Woollett L A, Wang Y, Buckley D D, Yao L, Chin S, Granholm N, Jones P J H, Setchell K D R, Tso P, Heubi J E
Department of Pathology and Laboratory Medicine, University of Cincinnati College of Medicine, and Department of Pediatrics, Clinical Research Center, Children's Hospital Medical Center, OH 45229, USA.
Gut. 2006 Feb;55(2):197-204. doi: 10.1136/gut.2005.069906.
Intralumenal bile acid (BA) concentrations have a profound effect on cholesterol absorption. We performed studies to assess the effects of markedly reduced lumenal BA on cholesterol absorption in children with inborn errors in BA synthesis and the role of micellar solubilisation of cholesterol on its absorption in an animal model using human intestinal contents.
We studied five subjects: two with 3beta hydroxy-C27 steroid dehydrogenase isomerase deficiency (3-HSD), two with Delta(4)-3-oxosteroid 5beta reductase deficiency (5beta reductase), and one with 2-methylacyl CoA racemase deficiency (racemase). Subjects were studied on supplemental BA therapy and three weeks after withdrawal of supplements. During each treatment period a liquid meal was consumed. Duodenal samples were collected and analysed, and cholesterol absorption and cholesterol fractional synthetic rates were measured. Human intralumenal contents were infused in a bile diverted rat lymph fistula model to assess micellar versus vesicular absorption of cholesterol.
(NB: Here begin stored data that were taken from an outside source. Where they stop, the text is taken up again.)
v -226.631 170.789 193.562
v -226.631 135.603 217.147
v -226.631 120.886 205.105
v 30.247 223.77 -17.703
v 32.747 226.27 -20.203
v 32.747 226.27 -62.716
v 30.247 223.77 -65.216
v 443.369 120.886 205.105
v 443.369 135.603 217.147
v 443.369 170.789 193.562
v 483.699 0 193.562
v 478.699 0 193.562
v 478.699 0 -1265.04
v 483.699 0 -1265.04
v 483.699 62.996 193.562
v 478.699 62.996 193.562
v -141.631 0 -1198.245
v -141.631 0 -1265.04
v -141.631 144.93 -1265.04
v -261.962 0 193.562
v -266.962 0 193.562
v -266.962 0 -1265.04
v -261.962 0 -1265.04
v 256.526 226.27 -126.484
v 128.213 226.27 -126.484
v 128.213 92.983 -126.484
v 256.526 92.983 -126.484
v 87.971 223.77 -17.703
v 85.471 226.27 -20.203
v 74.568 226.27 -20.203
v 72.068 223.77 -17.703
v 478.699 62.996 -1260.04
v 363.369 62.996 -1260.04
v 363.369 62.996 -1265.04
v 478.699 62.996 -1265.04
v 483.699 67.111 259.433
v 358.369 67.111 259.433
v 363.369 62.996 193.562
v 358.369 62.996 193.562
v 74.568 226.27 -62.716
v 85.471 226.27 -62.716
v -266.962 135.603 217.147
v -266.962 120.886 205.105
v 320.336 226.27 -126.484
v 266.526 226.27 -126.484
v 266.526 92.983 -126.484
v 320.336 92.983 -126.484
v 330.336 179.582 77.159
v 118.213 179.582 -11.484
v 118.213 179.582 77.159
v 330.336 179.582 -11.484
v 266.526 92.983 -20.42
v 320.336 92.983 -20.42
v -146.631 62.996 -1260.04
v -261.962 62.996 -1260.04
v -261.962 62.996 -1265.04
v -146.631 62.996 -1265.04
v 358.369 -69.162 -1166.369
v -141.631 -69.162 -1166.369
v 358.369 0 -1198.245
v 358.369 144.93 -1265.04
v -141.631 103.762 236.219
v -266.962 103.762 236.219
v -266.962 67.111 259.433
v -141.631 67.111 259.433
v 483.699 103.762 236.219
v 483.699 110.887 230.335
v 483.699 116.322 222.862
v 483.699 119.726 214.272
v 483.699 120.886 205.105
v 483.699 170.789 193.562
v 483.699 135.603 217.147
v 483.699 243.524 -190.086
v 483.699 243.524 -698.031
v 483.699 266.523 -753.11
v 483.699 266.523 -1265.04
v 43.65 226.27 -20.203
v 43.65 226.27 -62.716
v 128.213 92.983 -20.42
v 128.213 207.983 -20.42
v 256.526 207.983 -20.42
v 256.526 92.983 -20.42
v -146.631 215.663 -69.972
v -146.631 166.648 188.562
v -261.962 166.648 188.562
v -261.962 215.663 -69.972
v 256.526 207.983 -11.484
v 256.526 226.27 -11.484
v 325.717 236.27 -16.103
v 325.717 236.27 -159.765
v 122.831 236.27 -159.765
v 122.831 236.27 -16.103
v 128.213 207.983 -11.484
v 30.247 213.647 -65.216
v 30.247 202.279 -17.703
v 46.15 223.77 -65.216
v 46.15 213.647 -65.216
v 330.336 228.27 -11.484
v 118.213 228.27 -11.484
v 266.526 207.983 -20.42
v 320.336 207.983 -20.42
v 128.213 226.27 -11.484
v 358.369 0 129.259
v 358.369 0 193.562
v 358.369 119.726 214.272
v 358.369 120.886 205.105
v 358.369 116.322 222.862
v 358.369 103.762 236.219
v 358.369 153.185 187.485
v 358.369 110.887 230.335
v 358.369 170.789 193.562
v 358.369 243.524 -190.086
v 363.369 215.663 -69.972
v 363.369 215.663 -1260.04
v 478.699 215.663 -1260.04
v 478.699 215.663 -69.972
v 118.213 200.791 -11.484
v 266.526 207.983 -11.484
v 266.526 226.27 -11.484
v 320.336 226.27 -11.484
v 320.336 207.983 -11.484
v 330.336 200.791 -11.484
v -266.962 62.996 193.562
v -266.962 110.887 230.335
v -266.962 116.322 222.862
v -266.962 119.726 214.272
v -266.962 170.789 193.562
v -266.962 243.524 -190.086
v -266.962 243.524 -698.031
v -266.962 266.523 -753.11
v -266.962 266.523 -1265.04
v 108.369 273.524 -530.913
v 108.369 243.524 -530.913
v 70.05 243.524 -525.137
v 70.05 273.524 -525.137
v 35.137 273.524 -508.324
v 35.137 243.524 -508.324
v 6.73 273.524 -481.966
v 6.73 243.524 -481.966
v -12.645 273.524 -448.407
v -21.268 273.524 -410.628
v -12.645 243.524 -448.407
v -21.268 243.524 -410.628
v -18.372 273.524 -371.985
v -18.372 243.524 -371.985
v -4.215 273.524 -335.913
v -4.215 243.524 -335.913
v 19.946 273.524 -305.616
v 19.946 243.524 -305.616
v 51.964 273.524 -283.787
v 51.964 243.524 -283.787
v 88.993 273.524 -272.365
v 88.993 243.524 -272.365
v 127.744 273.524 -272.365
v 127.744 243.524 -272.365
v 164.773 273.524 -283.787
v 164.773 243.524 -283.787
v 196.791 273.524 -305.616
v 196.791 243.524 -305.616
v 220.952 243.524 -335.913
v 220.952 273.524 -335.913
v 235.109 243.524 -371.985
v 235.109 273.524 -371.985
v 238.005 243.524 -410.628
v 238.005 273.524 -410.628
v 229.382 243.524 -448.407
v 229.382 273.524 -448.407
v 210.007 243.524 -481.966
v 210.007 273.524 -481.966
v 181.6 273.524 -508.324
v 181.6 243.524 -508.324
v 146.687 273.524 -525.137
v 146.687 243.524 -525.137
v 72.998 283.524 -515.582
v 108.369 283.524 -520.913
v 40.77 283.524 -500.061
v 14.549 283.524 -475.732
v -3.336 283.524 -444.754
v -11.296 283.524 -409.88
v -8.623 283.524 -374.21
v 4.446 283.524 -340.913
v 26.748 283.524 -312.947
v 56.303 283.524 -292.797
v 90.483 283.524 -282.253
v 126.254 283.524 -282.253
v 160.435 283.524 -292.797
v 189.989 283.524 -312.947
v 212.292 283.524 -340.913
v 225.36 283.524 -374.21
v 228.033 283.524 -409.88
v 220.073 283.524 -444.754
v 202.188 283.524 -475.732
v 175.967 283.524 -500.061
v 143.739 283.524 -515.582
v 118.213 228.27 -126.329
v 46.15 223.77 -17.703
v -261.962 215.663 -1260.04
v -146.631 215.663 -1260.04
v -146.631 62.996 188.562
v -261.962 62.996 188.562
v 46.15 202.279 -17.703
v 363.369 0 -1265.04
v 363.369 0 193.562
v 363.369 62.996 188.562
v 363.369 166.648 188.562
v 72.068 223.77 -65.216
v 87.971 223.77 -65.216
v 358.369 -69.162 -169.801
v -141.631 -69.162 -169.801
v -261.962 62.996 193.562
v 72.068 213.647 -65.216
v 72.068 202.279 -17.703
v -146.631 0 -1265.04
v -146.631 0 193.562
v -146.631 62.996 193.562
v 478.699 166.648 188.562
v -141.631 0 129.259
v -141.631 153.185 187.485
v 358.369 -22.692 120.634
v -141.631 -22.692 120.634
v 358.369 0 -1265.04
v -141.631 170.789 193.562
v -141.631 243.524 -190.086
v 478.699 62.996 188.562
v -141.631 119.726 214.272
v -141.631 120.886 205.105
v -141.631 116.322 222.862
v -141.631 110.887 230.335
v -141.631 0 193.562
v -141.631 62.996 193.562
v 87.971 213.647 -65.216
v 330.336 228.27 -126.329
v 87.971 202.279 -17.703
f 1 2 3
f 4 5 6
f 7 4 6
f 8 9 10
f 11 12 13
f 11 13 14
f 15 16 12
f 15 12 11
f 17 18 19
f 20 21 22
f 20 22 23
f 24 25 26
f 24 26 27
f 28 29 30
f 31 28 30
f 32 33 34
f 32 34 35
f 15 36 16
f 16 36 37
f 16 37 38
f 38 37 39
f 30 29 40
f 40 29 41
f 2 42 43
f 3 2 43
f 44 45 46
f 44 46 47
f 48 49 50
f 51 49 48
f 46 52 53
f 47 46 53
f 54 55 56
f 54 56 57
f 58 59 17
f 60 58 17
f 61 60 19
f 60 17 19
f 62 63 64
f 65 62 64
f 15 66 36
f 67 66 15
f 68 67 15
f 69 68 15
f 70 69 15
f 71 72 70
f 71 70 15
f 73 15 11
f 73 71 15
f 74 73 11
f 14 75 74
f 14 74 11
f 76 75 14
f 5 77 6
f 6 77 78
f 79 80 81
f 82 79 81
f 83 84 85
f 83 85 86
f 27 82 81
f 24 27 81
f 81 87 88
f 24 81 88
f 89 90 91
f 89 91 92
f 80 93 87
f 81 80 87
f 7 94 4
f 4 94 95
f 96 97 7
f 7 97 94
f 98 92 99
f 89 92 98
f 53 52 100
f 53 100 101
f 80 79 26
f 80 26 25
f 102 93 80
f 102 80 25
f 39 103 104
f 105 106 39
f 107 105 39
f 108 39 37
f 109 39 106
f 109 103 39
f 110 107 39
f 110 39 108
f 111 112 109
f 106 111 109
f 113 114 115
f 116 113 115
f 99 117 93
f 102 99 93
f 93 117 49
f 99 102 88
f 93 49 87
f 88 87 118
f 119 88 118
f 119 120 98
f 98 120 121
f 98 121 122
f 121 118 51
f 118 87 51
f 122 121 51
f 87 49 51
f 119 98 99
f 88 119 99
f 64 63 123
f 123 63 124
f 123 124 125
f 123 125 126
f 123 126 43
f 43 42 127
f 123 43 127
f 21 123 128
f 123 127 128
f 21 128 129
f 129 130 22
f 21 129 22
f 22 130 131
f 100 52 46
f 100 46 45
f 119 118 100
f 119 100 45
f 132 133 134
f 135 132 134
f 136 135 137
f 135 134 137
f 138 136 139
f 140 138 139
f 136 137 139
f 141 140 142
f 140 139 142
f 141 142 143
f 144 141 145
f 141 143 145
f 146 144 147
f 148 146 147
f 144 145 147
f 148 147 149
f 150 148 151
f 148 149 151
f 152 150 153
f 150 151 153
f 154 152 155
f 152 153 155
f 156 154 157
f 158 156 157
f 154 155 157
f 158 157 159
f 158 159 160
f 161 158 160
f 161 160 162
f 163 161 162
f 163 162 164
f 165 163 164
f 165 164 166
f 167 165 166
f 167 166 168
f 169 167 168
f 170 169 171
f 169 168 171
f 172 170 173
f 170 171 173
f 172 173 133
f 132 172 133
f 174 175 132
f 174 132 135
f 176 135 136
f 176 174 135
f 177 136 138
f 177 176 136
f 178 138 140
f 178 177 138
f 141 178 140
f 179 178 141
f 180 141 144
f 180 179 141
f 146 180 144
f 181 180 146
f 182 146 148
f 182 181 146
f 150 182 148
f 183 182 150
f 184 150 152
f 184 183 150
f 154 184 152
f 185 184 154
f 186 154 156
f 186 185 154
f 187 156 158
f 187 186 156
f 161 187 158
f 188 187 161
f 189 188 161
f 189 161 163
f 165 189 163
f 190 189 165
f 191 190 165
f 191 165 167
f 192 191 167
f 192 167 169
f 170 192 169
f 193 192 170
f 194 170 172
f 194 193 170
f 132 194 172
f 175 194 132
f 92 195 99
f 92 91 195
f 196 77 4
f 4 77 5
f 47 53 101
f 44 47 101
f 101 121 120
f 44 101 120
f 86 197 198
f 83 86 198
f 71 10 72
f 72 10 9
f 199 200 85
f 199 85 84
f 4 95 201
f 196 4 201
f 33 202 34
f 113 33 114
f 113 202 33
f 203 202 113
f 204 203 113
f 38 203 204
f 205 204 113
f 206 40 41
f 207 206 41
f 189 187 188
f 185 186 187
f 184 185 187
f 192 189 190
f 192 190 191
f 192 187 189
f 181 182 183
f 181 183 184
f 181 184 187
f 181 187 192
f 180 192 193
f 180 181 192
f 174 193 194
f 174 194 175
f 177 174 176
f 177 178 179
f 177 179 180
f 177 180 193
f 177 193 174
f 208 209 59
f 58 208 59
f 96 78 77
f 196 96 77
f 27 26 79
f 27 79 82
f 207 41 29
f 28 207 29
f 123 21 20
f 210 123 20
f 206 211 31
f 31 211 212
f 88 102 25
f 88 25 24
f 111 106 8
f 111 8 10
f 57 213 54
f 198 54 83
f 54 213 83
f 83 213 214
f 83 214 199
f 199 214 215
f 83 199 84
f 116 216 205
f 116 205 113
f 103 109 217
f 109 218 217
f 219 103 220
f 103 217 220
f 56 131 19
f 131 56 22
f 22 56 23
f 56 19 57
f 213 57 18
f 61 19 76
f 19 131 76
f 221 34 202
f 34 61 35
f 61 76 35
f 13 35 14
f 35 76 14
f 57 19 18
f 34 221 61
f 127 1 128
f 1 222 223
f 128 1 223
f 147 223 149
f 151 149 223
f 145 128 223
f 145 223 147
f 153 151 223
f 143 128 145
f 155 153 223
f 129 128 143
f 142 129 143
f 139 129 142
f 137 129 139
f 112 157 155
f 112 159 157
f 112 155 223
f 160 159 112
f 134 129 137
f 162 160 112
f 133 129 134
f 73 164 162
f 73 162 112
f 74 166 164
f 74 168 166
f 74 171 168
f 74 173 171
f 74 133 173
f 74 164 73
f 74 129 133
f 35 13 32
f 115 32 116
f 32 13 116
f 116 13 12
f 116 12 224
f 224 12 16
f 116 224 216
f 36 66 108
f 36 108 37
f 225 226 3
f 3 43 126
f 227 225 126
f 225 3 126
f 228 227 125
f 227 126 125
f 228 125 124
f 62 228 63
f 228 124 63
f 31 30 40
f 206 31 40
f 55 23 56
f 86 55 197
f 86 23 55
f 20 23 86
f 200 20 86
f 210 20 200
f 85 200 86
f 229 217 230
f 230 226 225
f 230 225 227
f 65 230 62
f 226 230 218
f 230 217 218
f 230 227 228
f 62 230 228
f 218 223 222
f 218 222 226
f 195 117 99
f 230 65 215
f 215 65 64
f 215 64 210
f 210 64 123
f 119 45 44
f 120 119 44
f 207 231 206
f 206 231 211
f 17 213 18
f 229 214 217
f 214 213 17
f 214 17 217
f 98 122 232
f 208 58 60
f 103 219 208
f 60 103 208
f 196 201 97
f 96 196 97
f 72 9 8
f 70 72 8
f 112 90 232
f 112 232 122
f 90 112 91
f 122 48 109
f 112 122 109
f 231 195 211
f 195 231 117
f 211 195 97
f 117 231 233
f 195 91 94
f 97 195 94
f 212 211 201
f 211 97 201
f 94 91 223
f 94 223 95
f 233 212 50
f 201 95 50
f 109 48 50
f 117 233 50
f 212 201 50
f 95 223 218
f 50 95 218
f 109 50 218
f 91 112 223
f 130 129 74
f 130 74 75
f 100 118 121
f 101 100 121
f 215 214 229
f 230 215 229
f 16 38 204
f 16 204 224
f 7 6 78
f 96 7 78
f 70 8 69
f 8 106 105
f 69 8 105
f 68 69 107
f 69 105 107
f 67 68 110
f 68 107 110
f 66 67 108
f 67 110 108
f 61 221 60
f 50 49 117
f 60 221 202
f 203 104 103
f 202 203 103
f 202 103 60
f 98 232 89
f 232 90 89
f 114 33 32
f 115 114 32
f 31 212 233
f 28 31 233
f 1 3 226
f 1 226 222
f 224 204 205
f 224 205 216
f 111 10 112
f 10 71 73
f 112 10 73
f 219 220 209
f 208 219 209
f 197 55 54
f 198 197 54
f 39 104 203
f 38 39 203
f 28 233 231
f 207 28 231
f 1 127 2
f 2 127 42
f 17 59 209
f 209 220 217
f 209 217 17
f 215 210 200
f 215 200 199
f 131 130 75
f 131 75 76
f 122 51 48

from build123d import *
from OCP.BRepAlgoAPI import BRepAlgoAPI_Cut
from OCP.TopTools import TopTools_ListOfShape
from OCP.BRepFilletAPI import BRepFilletAPI_MakeChamfer

# Parameters (mm, degrees)
BOSS_EXTRUDE1_DEPTH      = 193.56223071
BOSS_EXTRUDE1_DEPTH_BACK = 1265.039956588
SKETCH1_W                = 750.660133044
SKETCH1_H                = 349.862732427
SKETCH3_R                = 130
BOSS_EXTRUDE2_DEPTH      = 40
CUT_EXTRUDE1_DEPTH       = 1499.066357024
BOSS_EXTRUDE3_DEPTH      = 750.660133044
CHAMFER7_SIZE            = 10
BOSS_EXTRUDE4_DEPTH      = 750.660133044
CUT_EXTRUDE10_START      = -375.330067
CUT_EXTRUDE10_DEPTH      = 250
SKETCH22_W               = 125.330066522
SKETCH22_H               = 106.338336752
SKETCH22_W_2             = 115.330066522
SKETCH22_H_2             = 62.996013083
CUT_EXTRUDE11_DEPTH      = 1563.648643762
CUT_EXTRUDE12_REACH      = 1374.196
SKETCH24_W               = 115.330066522
SKETCH24_H               = 258.53466534
SKETCH25_W               = 115.330066522
SKETCH25_H               = 1190.067521958
CUT_EXTRUDE13_DEPTH      = 152.66709
BOSS_EXTRUDE5_REACH      = 1461.802
SKETCH27_W               = 212.123312066
SKETCH27_H               = 152.466183094
SKETCH28_W               = 148.280920275
SKETCH28_H               = 7.25471817
CUT_EXTRUDE14_DEPTH      = 212.123312065
SKETCH30_W               = 212.123312066
SKETCH30_H               = 21.209064542
CUT_EXTRUDE15_DEPTH      = 115
SKETCH31_W               = 128.313019002
SKETCH31_H               = 18.286786033
SKETCH31_W_2             = 53.810293064
CUT_EXTRUDE16_DEPTH      = 115
SKETCH32_W               = 128.313019002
Without BA supplementation, intralumenal BA concentrations were below the critical micellar concentration (CMC) whereas intralumenal BAs increased to above the CMC in all subjects on BA supplementation. Lumenal cholesterol was carried primarily as vesicles in untreated subjects whereas it was carried as both micelles and vesicles in treated subjects. Cholesterol absorption increased approximately 55% in treated compared with untreated subjects (p=0.041), with a simultaneous 70% decrease in synthesis rates (p=0.029). In the rat lymph fistula model, minimal vesicular cholesterol was absorbed whereas vesicular and micellar fatty acid and phospholipid were comparably absorbed.
Increasing micellar cholesterol solubilisation by supplemental BA in subjects with inborn errors of BA synthesis leads to an improvement in cholesterol absorption and reduction in cholesterol synthesis due to improved micellar solubilisation of cholesterol.
肠腔内胆汁酸(BA)浓度对胆固醇吸收有深远影响。我们开展了多项研究,以评估BA合成先天性缺陷患儿肠腔内BA显著减少对胆固醇吸收的影响,以及在使用人肠内容物的动物模型中,胆固醇的胶束增溶作用对其吸收的影响。
我们研究了5名受试者:2名患有3β-羟基-C27类固醇脱氢酶异构酶缺乏症(3-HSD),2名患有Δ4-3-氧代类固醇5β-还原酶缺乏症(5β-还原酶),1名患有2-甲基酰基辅酶A消旋酶缺乏症(消旋酶)。对受试者进行补充BA治疗,并在停用补充剂3周后进行研究。在每个治疗期间,受试者食用流质餐。收集并分析十二指肠样本,测量胆固醇吸收和胆固醇分数合成率。将人肠腔内内容物注入胆汁引流大鼠淋巴瘘模型,以评估胆固醇的胶束吸收与囊泡吸收情况。
不补充BA时,肠腔内BA浓度低于临界胶束浓度(CMC),而补充BA的所有受试者肠腔内BA浓度均升高至高于CMC。未经治疗的受试者中,肠腔胆固醇主要以囊泡形式存在,而接受治疗的受试者中,胆固醇以胶束和囊泡两种形式存在。与未治疗的受试者相比,接受治疗的受试者胆固醇吸收增加了约55%(p = 0.041),同时合成率下降了70%(p = 0.029)。在大鼠淋巴瘘模型中,囊泡胆固醇吸收极少,而囊泡和胶束脂肪酸及磷脂的吸收相当。
在BA合成先天性缺陷的受试者中,通过补充BA增加胶束胆固醇增溶作用,可改善胆固醇吸收,并因胆固醇胶束增溶作用的改善而降低胆固醇合成。